▶ [What to work on]:
Go through the lines below. Copy those with "Locations".

Stored data below:

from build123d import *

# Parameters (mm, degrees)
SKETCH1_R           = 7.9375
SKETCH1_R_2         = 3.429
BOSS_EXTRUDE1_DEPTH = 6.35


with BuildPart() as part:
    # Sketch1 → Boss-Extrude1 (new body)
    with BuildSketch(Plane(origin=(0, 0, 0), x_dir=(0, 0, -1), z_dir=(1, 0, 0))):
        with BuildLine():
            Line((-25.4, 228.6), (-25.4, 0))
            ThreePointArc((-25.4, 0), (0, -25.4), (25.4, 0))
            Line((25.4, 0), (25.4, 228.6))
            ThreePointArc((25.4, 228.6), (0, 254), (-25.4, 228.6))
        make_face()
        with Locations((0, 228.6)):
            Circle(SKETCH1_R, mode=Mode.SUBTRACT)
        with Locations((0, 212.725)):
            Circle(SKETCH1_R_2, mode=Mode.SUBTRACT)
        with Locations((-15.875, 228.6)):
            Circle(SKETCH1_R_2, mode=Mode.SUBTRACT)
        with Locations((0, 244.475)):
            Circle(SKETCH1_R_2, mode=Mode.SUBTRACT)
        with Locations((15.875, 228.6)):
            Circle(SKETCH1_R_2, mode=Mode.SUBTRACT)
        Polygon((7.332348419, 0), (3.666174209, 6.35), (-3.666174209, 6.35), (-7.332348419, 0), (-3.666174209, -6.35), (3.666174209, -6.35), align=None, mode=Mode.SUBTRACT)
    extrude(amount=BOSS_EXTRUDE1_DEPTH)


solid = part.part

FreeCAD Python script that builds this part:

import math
import FreeCAD as App
import Part
import Sketcher
Q = App.Units.Quantity

doc = App.newDocument("Part")
body = doc.addObject("PartDesign::Body", "Body")

# Sketch on YZ plane
sketch1 = body.newObject("Sketcher::SketchObject", "Sketch")
sketch1.AttachmentSupport = (doc.getObject("YZ_Plane"), [""])
sketch1.MapMode = "FlatFace"
sketch1.addGeometry([
    Part.LineSegment(App.Vector(228.6, 25.4, 0), App.Vector(0, 25.4, 0)),  # 0
    Part.ArcOfCircle(Part.Circle(App.Vector(0, 0, 0), App.Vector(0, 0, 1), 25.4), math.radians(90), math.radians(270)),  # 1
    Part.LineSegment(App.Vector(0, -25.4, 0), App.Vector(228.6, -25.4, 0)),  # 2
    Part.ArcOfCircle(Part.Circle(App.Vector(228.6, 0, 0), App.Vector(0, 0, 1), 25.4), math.radians(-90), math.radians(90)),  # 3
    Part.LineSegment(App.Vector(6.3, -3.7, 0), App.Vector(0, -7.3, 0)),  # 4
    Part.LineSegment(App.Vector(0, -7.3, 0), App.Vector(-6.3, -3.7, 0)),  # 5
    Part.LineSegment(App.Vector(-6.3, -3.7, 0), App.Vector(-6.3, 3.7, 0)),  # 6
    Part.LineSegment(App.Vector(-6.3, 3.7, 0), App.Vector(0, 7.3, 0)),  # 7
    Part.LineSegment(App.Vector(0, 7.3, 0), App.Vector(6.3, 3.7, 0)),  # 8
    Part.LineSegment(App.Vector(6.3, 3.7, 0), App.Vector(6.3, -3.7, 0)),  # 9
    Part.Circle(App.Vector(228.6, 15.9, 0), App.Vector(0, 0, 1), 3.4),  # 10
    Part.Circle(App.Vector(212.7, 0, 0), App.Vector(0, 0, 1), 3.4),  # 11
    Part.Circle(App.Vector(228.6, 0, 0), App.Vector(0, 0, 1), 7.9),  # 12
    Part.Circle(App.Vector(244.5, 0, 0), App.Vector(0, 0, 1), 3.4),  # 13
    Part.Circle(App.Vector(228.6, -15.9, 0), App.Vector(0, 0, 1), 3.4),  # 14
], False)
sketch1.addConstraint([
    Sketcher.Constraint("Tangent", 0, 2, 1, 1),
    Sketcher.Constraint("Tangent", 1, 2, 2, 1),
    Sketcher.Constraint("Tangent", 2, 2, 3, 1),
    Sketcher.Constraint("Tangent", 3, 2, 0, 1),
    Sketcher.Constraint("Coincident", 4, 2, 5, 1),
    Sketcher.Constraint("Coincident", 5, 2, 6, 1),
    Sketcher.Constraint("Coincident", 6, 2, 7, 1),
    Sketcher.Constraint("Coincident", 7, 2, 8, 1),
    Sketcher.Constraint("Coincident", 8, 2, 9, 1),
    Sketcher.Constraint("Coincident", 9, 2, 4, 1),
    Sketcher.Constraint("Horizontal", 0),
    Sketcher.Constraint("Horizontal", 2),
    Sketcher.Constraint("Vertical", 6),
    Sketcher.Constraint("Vertical", 9),
    Sketcher.Constraint("Coincident", 1, 3, -1, 1),
    Sketcher.Constraint("Coincident", 12, 3, 3, 3),
    Sketcher.Constraint("Equal", 10, 11),
    Sketcher.Constraint("Equal", 11, 13),
    Sketcher.Constraint("Equal", 13, 14),
    Sketcher.Constraint("Symmetric", 4, 2, 7, 2, -1, 1),
    Sketcher.Constraint("Symmetric", 5, 2, 8, 2, -1, 1),
    Sketcher.Constraint("Symmetric", 10, 3, 14, 3, -1),
    Sketcher.Constraint("PointOnObject", 11, 3, -1),
    Sketcher.Constraint("PointOnObject", 13, 3, -1),
    Sketcher.Constraint("PointOnObject", 4, 2, -2),
    Sketcher.Constraint("Parallel", 4, 7),
    Sketcher.Constraint("Horizontal", 6, 2, 8, 2),
    Sketcher.Constraint("Vertical", 3, 3, 10, 3),
    Sketcher.Constraint("Radius", 1, Q("1 in")),
    Sketcher.Constraint("Diameter", 10, Q("0.27 in")),
    Sketcher.Constraint("DistanceX", 0, 2, 0, 1, Q("9 in")),
    Sketcher.Constraint("Diameter", 12, Q("0.625 in")),
    Sketcher.Constraint("Angle", 4, Q("-150 deg")),
    Sketcher.Constraint("DistanceX", 6, 2, 8, 2, Q("0.5 in")),
    Sketcher.Constraint("DistanceX", 11, 3, 13, 3, Q("1.25 in")),
    Sketcher.Constraint("DistanceY", 14, 3, 10, 3, Q("1.25 in")),
    Sketcher.Constraint("DistanceX", -1, 1, 11, 3, Q("8.375 in")),
    Sketcher.Constraint("DistanceY", 6, 1, 6, 2, 7.332348),
])
pad1 = body.newObject("PartDesign::Pad", "Pad")
pad1.Profile = sketch1
pad1.Length = Q("0.25 in")

doc.recompute()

End of Stored data.

▶ [Result for this exercise]:
        with Locations((0, 228.6)):
        with Locations((0, 212.725)):
        with Locations((-15.875, 228.6)):
        with Locations((0, 244.475)):
        with Locations((15.875, 228.6)):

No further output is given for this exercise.